Yet, in 24:15, Moses pens these important words: “Before18 he had finished speaking, behold, Rebekah who was born to Bethuel the son of Milcah, the wife of Abraham’s brother Nahor, came out with her jar on her shoulder.” Did you catch that? While the servant is praying the answer is already on the way. This is classic God! He is so gracious and faithful that He often answers prayer before or as we’re praying. He does this to demonstrate His power. The servant’s answer to prayer is named Rebekah. She is the daughter of Bethuel, a second cousin of Isaac. This is exactly what Abraham was seeking for his son! Furthermore, in 24:16, we learn that “the girl was very beautiful, a virgin, and no man had had relations with her.”19 Rebekah was very beautiful. Her appearance isn’t the primary basis of the servant’s choice, but it is interesting to note that God chose a wife that would also be attractive to Isaac. She was a virgin. She did not practice “safe sex”; she practiced “save sex” for marriage. She understood that sex was a gift from God, to be enjoyed within the commitment of marriage. Maybe you’re thinking, “That’s nice to preach, but I have already made those mistakes. What should I do?” First, seek the forgiveness of God (1 John 1:9). Then make a new commitment to God and to the person whom you are dating. Begin practicing God’s standard for moral purity.20
At this point in our story Abraham’s servant is beside himself. (If he is single, he’s probably wishing he was Isaac.) Nevertheless, he runs up to meet Rebekah and says, “Please let me drink a little water from your jar.’ She said, ‘Drink, my lord’; and she quickly lowered her jar to her hand, and gave him a drink. Now when she had finished giving him a drink, she said, ‘I will draw also for your camels until they have finished drinking.’ So she quickly emptied her jar into the trough, and ran back to the well to draw, and she drew for all his camels” (24:17-20). In these verses, Rebekah demonstrates an amazing servant’s heart. To grasp what a wonder this was we must understand that the ancient well was a large, deep hole in the earth with steps leading down to the spring water, so that each drawing of water required substantial effort. Moreover, a camel can consume 25 gallons of water in ten minutes. How would you like to get 250 gallons of water for ten camels? With a water jar holding about three gallons of water this means that Rebekah made 80 to 100 descents into the well.21 Rebekah’s labors filled 90 to 120 sweaty minutes.22 Ladies, Pilates, Spinning, and Tae-Bo have nothing on this workout. Interestingly, Rebekah didn’t realize that she was about to become an integral part of God’s eternal plan of salvation by marrying Isaac. She served simply because it was the pattern of her life. I wonder how many of us desire to be used of the Lord in great ways, but have not proven reliable in the small things in life? (See Matt 25:21) Women, are you willing to serve your husband and children like Rebekah? Are you a woman who is known for how you serve?

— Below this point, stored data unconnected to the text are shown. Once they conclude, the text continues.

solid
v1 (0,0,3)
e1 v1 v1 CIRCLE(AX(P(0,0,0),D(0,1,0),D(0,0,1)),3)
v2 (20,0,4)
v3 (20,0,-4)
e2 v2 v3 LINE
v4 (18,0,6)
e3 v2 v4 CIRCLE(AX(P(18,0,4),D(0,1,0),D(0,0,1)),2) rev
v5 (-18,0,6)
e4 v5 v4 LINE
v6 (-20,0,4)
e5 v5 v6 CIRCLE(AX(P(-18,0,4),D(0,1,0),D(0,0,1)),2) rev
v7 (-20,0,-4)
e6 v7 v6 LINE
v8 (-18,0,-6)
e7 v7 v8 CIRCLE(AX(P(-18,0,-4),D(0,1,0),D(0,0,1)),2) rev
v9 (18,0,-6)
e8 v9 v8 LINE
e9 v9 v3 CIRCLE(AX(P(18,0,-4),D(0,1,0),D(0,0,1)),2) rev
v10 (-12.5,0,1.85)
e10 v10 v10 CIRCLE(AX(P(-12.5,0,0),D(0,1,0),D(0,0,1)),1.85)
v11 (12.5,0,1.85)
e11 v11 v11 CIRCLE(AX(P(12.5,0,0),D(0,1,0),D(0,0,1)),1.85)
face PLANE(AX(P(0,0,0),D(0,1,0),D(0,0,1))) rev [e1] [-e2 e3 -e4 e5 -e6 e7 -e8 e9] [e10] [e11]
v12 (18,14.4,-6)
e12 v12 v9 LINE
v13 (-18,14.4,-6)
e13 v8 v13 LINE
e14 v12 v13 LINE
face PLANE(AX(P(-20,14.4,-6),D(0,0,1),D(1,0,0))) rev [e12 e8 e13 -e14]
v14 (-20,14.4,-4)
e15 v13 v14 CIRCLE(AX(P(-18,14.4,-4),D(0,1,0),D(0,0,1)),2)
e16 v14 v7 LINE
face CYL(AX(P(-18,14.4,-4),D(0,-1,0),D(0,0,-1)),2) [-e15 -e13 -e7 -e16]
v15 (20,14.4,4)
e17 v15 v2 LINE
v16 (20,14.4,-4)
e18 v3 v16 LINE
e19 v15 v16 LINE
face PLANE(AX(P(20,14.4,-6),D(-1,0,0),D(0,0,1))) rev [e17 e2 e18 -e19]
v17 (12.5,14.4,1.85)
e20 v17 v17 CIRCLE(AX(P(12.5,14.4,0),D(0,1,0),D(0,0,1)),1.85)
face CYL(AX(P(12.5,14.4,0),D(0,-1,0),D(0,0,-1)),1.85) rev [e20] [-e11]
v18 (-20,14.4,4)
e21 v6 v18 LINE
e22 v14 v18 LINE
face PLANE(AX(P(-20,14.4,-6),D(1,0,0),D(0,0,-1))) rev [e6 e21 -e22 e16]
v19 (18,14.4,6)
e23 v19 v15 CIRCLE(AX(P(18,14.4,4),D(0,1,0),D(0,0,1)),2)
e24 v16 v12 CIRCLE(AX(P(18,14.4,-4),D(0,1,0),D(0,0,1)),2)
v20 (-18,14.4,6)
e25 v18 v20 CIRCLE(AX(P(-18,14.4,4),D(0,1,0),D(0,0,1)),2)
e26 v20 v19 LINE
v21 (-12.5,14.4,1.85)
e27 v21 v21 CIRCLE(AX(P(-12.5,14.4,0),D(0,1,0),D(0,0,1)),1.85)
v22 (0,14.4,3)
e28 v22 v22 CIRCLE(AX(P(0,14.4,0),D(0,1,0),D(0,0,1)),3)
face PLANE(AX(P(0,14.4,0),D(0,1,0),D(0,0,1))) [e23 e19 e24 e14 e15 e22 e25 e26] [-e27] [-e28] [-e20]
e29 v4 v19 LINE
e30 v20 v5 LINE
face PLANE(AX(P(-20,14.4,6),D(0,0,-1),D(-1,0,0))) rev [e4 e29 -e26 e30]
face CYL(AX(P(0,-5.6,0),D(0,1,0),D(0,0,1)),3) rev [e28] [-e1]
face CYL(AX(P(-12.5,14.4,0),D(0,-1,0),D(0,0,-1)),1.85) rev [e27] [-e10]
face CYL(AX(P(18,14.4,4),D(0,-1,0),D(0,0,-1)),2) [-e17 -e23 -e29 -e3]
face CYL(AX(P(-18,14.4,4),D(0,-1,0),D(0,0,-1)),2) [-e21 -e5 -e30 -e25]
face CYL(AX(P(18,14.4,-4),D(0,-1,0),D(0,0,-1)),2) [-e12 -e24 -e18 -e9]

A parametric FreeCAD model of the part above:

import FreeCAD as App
import Part
import Sketcher
from FreeCAD import Vector
Q = App.Units.Quantity


def edges_at(feature, points):
    """Names of the edges that pass closest to the given points."""
    edges = feature.Shape.Edges
    near = lambda p: min(range(len(edges)), key=lambda i: edges[i].distToShape(Part.Vertex(*p))[0])
    return sorted({f"Edge{near(p) + 1}" for p in points})


def add_polygon(sketch, points):
    """Adds a closed chain of lines whose ends are joined by coincident constraints."""
    first, n = sketch.GeometryCount, len(points)
    for a, b in zip(points, points[1:] + points[:1]):
        sketch.addGeometry(Part.LineSegment(App.Vector(*a, 0), App.Vector(*b, 0)), False)
    for i in range(n):
        sketch.addConstraint(Sketcher.Constraint("Coincident", first + i, 2, first + (i + 1) % n, 1))

doc = App.newDocument("Part")
params = doc.addObject("Spreadsheet::Sheet", "Params")
for row, (alias, value) in enumerate([
    ("sketch1_diameter", "3.7 mm"),
    ("sketch1_width", "40 mm"),
    ("sketch1_height", "12 mm"),
    ("pad1_length", "14.4 mm"),
    ("fillet_radius", "2 mm"),
    ("sketch2_diameter", "6 mm"),
    ("pocket1_length", "20 mm"),
], start=1):
    params.set(f"A{row}", alias)
    params.set(f"B{row}", "=" + value)
    params.setAlias(f"B{row}", alias)

body = doc.addObject("PartDesign::Body", "Body")

sketch1 = body.newObject("Sketcher::SketchObject", "Sketch")
sketch1.AttachmentSupport = (doc.getObject("XZ_Plane"), [""])
sketch1.MapMode = "FlatFace"
add_polygon(sketch1, [(-20, -6), (-20, 6), (20, 6), (20, -6)])
sketch1.addGeometry(Part.Circle(Vector(-12.5, 0, 0), Vector(0, 0, 1), 1.9), False)
sketch1.addGeometry(Part.Circle(Vector(12.5, 0, 0), Vector(0, 0, 1), 1.9), False)
sketch1.addConstraint([
    Sketcher.Constraint("Vertical", 0),
    Sketcher.Constraint("Horizontal", 1),
    Sketcher.Constraint("Vertical", 2),
    Sketcher.Constraint("Horizontal", 3),
    Sketcher.Constraint("Equal", 4, 5),
    Sketcher.Constraint("Symmetric", 4, 3, 5, 3, -1, 1),
    Sketcher.Constraint("Symmetric", 0, 2, 2, 2, -1, 1),
    Sketcher.Constraint("PointOnObject", 4, 3, -1),
    Sketcher.Constraint("Diameter", 4, Q("3.7 mm")),
    Sketcher.Constraint("DistanceX", 1, 1, 1, 2, Q("40 mm")),
    Sketcher.Constraint("DistanceY", 0, 1, 0, 2, Q("12 mm")),
    Sketcher.Constraint("DistanceX", 4, 3, 5, 3, Q("25 mm")),
])
sketch1.setExpression("Constraints[12]", "Params.sketch1_diameter")
sketch1.setExpression("Constraints[13]", "Params.sketch1_width")
sketch1.setExpression("Constraints[14]", "Params.sketch1_height")
pad1 = body.newObject("PartDesign::Pad", "Pad")
pad1.Profile = sketch1
pad1.setExpression("Length", "Params.pad1_length")
pad1.Reversed = True
doc.recompute()

fillet = body.newObject("PartDesign::Fillet", "Fillet")
fillet.Base = (pad1, edges_at(pad1, [
    (20, 7.2, 6),
    (-20, 7.2, 6),
    (-20, 7.2, -6),
    (20, 7.2, -6),
]))
fillet.setExpression("Radius", "Params.fillet_radius")

sketch2 = body.newObject("Sketcher::SketchObject", "Sketch001")
sketch2.AttachmentSupport = (doc.getObject("XZ_Plane"), [""])
sketch2.MapMode = "FlatFace"
sketch2.AttachmentOffset = App.Placement(Vector(0, 0, -14.4), App.Rotation())
sketch2.addGeometry(Part.Circle(Vector(0, 0, 0), Vector(0, 0, 1), 3), False)
sketch2.addConstraint([
    Sketcher.Constraint("Coincident", 0, 3, -1, 1),
    Sketcher.Constraint("Diameter", 0, Q("6 mm")),
])
sketch2.setExpression("Constraints[1]", "Params.sketch2_diameter")
pocket1 = body.newObject("PartDesign::Pocket", "Pocket")
pocket1.Profile = sketch2
pocket1.setExpression("Length", "Params.pocket1_length")
pocket1.Reversed = True

doc.recompute()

By the way, both Jacob (29:1-12) and Moses (Exod 2:15-22) found their future wives at a well, after long journeys. Single men, guess where you should be hanging out? Seriously, these stories anticipate an event in the life of Jesus in John 4.

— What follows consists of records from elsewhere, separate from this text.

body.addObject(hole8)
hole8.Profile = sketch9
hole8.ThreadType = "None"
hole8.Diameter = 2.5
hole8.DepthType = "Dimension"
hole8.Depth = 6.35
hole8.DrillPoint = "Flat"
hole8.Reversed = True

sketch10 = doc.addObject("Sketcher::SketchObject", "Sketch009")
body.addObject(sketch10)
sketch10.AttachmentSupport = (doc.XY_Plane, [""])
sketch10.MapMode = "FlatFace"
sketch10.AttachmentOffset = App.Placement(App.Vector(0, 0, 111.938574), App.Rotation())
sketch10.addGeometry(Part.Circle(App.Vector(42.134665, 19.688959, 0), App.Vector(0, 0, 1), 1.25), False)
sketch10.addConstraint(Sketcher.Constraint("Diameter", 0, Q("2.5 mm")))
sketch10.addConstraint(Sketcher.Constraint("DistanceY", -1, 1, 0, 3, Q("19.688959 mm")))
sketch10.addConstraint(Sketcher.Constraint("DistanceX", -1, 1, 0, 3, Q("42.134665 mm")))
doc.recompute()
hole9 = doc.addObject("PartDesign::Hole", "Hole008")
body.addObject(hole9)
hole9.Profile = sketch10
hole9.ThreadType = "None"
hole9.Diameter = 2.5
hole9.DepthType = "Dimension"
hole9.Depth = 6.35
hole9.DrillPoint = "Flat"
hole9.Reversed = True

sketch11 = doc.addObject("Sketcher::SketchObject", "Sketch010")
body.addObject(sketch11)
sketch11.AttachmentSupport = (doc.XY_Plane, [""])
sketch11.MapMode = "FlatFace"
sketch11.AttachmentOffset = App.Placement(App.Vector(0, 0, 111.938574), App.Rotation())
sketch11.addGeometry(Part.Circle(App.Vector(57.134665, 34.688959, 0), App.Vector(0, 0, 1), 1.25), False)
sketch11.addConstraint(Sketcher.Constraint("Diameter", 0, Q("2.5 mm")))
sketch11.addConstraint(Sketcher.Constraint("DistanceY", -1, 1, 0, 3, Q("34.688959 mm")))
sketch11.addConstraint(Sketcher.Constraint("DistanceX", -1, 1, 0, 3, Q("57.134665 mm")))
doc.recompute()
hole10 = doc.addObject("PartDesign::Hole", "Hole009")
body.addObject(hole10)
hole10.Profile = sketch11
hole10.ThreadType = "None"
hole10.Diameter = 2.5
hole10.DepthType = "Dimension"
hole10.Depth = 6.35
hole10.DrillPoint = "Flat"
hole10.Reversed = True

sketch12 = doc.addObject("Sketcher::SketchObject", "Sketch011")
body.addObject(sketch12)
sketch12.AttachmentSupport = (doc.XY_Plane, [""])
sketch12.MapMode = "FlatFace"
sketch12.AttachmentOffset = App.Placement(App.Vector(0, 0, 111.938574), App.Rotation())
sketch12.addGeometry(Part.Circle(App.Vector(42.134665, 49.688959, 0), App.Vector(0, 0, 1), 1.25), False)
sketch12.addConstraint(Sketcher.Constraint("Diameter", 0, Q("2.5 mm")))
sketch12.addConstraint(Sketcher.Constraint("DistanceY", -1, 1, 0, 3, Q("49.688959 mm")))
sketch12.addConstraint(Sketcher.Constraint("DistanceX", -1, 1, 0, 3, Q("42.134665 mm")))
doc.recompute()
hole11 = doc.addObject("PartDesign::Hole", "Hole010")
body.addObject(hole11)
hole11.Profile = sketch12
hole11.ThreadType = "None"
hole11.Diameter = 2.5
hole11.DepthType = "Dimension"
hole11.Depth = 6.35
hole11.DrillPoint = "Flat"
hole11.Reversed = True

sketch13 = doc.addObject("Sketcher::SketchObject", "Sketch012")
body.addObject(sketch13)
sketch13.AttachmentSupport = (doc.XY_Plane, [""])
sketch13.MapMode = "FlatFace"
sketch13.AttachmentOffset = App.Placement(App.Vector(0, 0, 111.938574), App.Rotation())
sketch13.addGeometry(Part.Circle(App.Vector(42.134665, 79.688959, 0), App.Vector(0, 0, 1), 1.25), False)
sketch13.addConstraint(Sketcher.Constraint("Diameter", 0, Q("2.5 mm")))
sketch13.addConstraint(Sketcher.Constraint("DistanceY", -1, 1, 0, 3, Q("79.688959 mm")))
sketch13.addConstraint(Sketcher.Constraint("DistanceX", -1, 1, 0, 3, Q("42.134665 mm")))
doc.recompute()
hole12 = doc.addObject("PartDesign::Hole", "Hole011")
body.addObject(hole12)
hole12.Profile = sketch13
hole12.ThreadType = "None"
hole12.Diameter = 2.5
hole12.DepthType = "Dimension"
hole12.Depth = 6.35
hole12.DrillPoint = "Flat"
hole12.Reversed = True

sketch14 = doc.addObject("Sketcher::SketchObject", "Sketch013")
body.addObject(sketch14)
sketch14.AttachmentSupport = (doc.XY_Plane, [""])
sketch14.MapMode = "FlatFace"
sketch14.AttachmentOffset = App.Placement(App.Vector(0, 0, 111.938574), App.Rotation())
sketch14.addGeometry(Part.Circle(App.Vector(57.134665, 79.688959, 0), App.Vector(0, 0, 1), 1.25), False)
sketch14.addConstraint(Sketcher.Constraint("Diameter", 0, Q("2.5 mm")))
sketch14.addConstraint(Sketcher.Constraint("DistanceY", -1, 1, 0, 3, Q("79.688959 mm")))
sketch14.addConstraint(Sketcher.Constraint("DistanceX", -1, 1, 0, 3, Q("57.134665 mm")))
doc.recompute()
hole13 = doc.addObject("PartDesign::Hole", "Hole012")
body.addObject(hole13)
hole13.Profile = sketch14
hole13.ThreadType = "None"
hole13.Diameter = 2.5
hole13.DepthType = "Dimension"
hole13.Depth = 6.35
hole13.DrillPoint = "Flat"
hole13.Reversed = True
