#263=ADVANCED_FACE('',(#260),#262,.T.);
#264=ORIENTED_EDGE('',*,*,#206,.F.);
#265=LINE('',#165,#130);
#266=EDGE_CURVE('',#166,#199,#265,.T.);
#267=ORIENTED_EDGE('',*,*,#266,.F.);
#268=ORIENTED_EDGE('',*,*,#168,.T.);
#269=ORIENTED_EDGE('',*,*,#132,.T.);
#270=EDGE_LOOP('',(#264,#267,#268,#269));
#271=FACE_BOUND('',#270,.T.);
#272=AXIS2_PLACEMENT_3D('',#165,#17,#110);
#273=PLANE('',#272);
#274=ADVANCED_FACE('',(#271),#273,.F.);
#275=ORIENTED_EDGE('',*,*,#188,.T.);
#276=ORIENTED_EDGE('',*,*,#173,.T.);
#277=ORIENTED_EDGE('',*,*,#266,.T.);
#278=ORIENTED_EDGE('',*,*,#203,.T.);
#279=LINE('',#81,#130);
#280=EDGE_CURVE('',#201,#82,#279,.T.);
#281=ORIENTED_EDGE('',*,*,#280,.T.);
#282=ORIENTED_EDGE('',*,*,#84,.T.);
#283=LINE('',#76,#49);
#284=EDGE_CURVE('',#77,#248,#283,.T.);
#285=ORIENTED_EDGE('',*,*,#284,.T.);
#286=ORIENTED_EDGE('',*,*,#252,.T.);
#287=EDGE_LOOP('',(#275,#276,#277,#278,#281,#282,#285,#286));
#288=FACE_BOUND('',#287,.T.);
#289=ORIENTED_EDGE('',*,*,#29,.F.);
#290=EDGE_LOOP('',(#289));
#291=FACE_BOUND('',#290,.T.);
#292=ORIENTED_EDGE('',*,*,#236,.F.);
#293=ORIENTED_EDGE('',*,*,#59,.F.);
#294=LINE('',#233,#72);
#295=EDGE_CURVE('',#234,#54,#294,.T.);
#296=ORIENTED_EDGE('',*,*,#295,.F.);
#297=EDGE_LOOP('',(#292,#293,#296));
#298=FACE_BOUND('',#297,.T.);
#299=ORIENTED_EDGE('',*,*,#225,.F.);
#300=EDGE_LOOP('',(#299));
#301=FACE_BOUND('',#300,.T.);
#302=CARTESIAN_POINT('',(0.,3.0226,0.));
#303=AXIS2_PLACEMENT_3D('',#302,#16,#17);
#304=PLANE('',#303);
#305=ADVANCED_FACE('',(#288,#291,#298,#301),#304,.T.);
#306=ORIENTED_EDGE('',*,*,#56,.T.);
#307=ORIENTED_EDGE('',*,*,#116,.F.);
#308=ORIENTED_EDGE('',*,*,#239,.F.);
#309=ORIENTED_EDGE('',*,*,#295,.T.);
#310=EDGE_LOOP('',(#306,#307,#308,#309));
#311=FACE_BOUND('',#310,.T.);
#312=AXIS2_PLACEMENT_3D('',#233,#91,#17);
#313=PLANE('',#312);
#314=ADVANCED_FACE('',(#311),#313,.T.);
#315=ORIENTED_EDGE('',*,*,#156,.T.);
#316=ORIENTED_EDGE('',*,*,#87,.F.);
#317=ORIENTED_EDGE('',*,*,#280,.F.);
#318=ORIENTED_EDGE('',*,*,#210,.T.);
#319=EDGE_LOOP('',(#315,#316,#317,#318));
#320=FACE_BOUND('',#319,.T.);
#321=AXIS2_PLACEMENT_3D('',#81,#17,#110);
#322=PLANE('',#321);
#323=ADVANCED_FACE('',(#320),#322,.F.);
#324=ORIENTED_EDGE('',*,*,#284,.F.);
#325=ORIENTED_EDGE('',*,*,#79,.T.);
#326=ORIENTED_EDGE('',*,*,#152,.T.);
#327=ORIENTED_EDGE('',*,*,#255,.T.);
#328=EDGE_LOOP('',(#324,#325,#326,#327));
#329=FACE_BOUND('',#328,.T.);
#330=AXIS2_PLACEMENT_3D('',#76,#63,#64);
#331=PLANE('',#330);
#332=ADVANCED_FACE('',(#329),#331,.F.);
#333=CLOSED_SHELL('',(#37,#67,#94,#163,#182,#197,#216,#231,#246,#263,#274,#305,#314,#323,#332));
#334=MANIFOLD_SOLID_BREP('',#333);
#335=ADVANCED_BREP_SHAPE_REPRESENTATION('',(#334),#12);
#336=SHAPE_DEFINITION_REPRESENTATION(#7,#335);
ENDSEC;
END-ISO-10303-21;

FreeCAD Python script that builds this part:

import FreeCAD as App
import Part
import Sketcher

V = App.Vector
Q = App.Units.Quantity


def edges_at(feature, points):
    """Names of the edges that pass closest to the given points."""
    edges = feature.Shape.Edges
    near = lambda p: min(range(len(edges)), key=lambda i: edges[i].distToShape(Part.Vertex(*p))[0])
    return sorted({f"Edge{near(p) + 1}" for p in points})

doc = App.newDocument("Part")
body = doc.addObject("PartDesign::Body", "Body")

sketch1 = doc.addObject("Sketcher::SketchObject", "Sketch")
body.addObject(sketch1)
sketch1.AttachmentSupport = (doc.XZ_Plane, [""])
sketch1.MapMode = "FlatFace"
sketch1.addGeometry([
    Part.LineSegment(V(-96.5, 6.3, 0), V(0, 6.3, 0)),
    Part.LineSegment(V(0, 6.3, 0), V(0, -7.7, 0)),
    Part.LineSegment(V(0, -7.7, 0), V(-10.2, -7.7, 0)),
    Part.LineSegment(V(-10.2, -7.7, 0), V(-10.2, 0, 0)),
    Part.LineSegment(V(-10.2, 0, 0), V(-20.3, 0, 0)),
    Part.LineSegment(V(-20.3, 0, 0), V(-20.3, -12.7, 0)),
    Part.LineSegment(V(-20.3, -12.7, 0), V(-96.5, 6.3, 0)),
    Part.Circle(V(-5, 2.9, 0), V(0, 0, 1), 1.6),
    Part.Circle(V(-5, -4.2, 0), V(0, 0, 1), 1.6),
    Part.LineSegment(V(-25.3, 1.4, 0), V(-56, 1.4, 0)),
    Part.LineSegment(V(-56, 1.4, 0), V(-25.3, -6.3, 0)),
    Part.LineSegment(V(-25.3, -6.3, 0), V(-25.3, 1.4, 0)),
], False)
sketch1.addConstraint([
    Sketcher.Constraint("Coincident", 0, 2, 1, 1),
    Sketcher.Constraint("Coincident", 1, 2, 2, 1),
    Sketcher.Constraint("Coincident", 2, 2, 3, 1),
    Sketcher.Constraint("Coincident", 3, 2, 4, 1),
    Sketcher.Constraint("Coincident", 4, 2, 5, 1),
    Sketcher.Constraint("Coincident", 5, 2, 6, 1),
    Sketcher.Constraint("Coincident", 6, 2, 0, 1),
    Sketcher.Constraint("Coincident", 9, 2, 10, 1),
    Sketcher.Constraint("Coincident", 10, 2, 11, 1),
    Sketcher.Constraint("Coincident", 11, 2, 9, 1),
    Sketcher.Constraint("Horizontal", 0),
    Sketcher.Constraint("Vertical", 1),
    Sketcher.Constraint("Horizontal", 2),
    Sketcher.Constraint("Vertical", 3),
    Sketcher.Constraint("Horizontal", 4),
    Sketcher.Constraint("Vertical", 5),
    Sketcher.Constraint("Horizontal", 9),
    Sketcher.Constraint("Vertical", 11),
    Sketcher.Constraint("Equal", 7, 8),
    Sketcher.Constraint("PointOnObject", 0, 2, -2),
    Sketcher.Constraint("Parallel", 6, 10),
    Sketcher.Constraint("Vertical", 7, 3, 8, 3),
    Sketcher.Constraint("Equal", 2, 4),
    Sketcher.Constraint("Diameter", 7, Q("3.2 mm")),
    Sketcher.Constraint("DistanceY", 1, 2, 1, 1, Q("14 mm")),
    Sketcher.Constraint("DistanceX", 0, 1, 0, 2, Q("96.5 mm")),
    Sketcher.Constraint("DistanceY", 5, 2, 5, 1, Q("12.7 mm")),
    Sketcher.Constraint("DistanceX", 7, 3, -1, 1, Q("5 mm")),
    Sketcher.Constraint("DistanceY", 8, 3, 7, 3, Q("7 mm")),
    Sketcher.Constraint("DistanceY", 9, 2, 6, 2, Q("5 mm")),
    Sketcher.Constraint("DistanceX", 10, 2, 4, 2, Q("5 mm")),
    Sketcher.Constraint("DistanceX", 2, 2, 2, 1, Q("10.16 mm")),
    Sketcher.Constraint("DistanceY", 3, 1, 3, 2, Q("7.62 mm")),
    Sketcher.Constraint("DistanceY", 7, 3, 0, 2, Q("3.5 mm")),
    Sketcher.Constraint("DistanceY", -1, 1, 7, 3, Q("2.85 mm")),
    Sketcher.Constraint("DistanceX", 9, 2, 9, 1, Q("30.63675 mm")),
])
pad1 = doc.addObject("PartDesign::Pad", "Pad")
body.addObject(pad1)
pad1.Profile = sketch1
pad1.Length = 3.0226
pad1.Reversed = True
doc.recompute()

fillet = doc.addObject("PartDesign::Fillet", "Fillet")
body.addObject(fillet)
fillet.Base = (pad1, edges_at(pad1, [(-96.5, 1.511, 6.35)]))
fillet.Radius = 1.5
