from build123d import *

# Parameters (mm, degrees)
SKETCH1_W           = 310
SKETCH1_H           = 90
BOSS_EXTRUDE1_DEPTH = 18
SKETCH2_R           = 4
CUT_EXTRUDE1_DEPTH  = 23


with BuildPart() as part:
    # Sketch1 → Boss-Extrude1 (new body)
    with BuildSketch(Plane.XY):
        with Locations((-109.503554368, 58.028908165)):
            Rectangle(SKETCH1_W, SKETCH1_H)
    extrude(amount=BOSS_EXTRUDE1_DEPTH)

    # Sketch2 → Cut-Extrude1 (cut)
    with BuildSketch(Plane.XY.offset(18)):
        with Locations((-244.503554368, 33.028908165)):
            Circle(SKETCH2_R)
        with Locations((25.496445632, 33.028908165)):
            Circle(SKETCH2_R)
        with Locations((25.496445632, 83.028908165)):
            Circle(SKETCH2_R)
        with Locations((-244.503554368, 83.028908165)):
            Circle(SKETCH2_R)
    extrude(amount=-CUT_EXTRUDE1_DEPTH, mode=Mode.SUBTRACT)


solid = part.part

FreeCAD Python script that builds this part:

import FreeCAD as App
import Part
import Sketcher


def add_polygon(sketch, points):
    """Adds a closed chain of lines whose ends are joined by coincident constraints."""
    first, n = sketch.GeometryCount, len(points)
    for a, b in zip(points, points[1:] + points[:1]):
        sketch.addGeometry(Part.LineSegment(App.Vector(*a, 0), App.Vector(*b, 0)), False)
    for i in range(n):
        sketch.addConstraint(Sketcher.Constraint("Coincident", first + i, 2, first + (i + 1) % n, 1))

doc = App.newDocument("Part")
body = doc.addObject("PartDesign::Body", "Body")

sketch1 = body.newObject("Sketcher::SketchObject", "Sketch")
sketch1.AttachmentSupport = (doc.getObject("XY_Plane"), [""])
sketch1.MapMode = "FlatFace"
add_polygon(sketch1, [(-265, 103), (-265, 13), (45, 13), (45, 103)])
sketch1.addConstraint(Sketcher.Constraint("Vertical", 0))
sketch1.addConstraint(Sketcher.Constraint("Horizontal", 1))
sketch1.addConstraint(Sketcher.Constraint("Vertical", 2))
sketch1.addConstraint(Sketcher.Constraint("Horizontal", 3))
sketch1.addConstraint(Sketcher.Constraint("DistanceX", 1, 1, 1, 2, 310.0))
sketch1.addConstraint(Sketcher.Constraint("DistanceY", 0, 2, 0, 1, 90.0))
sketch1.addConstraint(Sketcher.Constraint("DistanceY", -1, 1, 0, 2, 13.028908))
sketch1.addConstraint(Sketcher.Constraint("DistanceX", 0, 2, -1, 1, 264.503554))
pad1 = body.newObject("PartDesign::Pad", "Pad")
pad1.Profile = sketch1
pad1.Length = 18

sketch2 = body.newObject("Sketcher::SketchObject", "Sketch001")
sketch2.AttachmentSupport = (doc.getObject("XY_Plane"), [""])
sketch2.MapMode = "FlatFace"
sketch2.AttachmentOffset = App.Placement(App.Vector(0, 0, 18), App.Rotation())
sketch2.addGeometry(Part.Circle(App.Vector(-244.5, 33, 0), App.Vector(0, 0, 1), 4), False)
sketch2.addGeometry(Part.Circle(App.Vector(25.5, 33, 0), App.Vector(0, 0, 1), 4), False)
sketch2.addGeometry(Part.Circle(App.Vector(25.5, 83, 0), App.Vector(0, 0, 1), 4), False)
sketch2.addGeometry(Part.Circle(App.Vector(-244.5, 83, 0), App.Vector(0, 0, 1), 4), False)
sketch2.addConstraint(Sketcher.Constraint("Equal", 0, 1))
sketch2.addConstraint(Sketcher.Constraint("Equal", 1, 2))
sketch2.addConstraint(Sketcher.Constraint("Equal", 2, 3))
sketch2.addConstraint(Sketcher.Constraint("Horizontal", 0, 3, 1, 3))
sketch2.addConstraint(Sketcher.Constraint("Horizontal", 2, 3, 3, 3))
sketch2.addConstraint(Sketcher.Constraint("Vertical", 1, 3, 2, 3))
sketch2.addConstraint(Sketcher.Constraint("Vertical", 0, 3, 3, 3))
sketch2.addConstraint(Sketcher.Constraint("Diameter", 0, 8.0))
sketch2.addConstraint(Sketcher.Constraint("DistanceX", 0, 3, 1, 3, 270.0))
sketch2.addConstraint(Sketcher.Constraint("DistanceY", 1, 3, 2, 3, 50.0))
sketch2.addConstraint(Sketcher.Constraint("DistanceY", -1, 1, 0, 3, 33.028908))
sketch2.addConstraint(Sketcher.Constraint("DistanceX", 0, 3, -1, 1, 244.503554))
pocket1 = body.newObject("PartDesign::Pocket", "Pocket")
pocket1.Profile = sketch2
pocket1.Length = 23

doc.recompute()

On His long walk home from Jerusalem Jesus stopped at a well in Sychar where He also met a woman, although of a rather different reputation. This woman had been married to several different husbands. As a result of Jesus’ visit the entire town believed in Him and participated in the promises of God (John 4:39-42).23 Today, will you meet Jesus? Maybe you’re looking for a spouse to meet your needs. Jesus would say to you, “No spouse can fully meet your needs but I can.”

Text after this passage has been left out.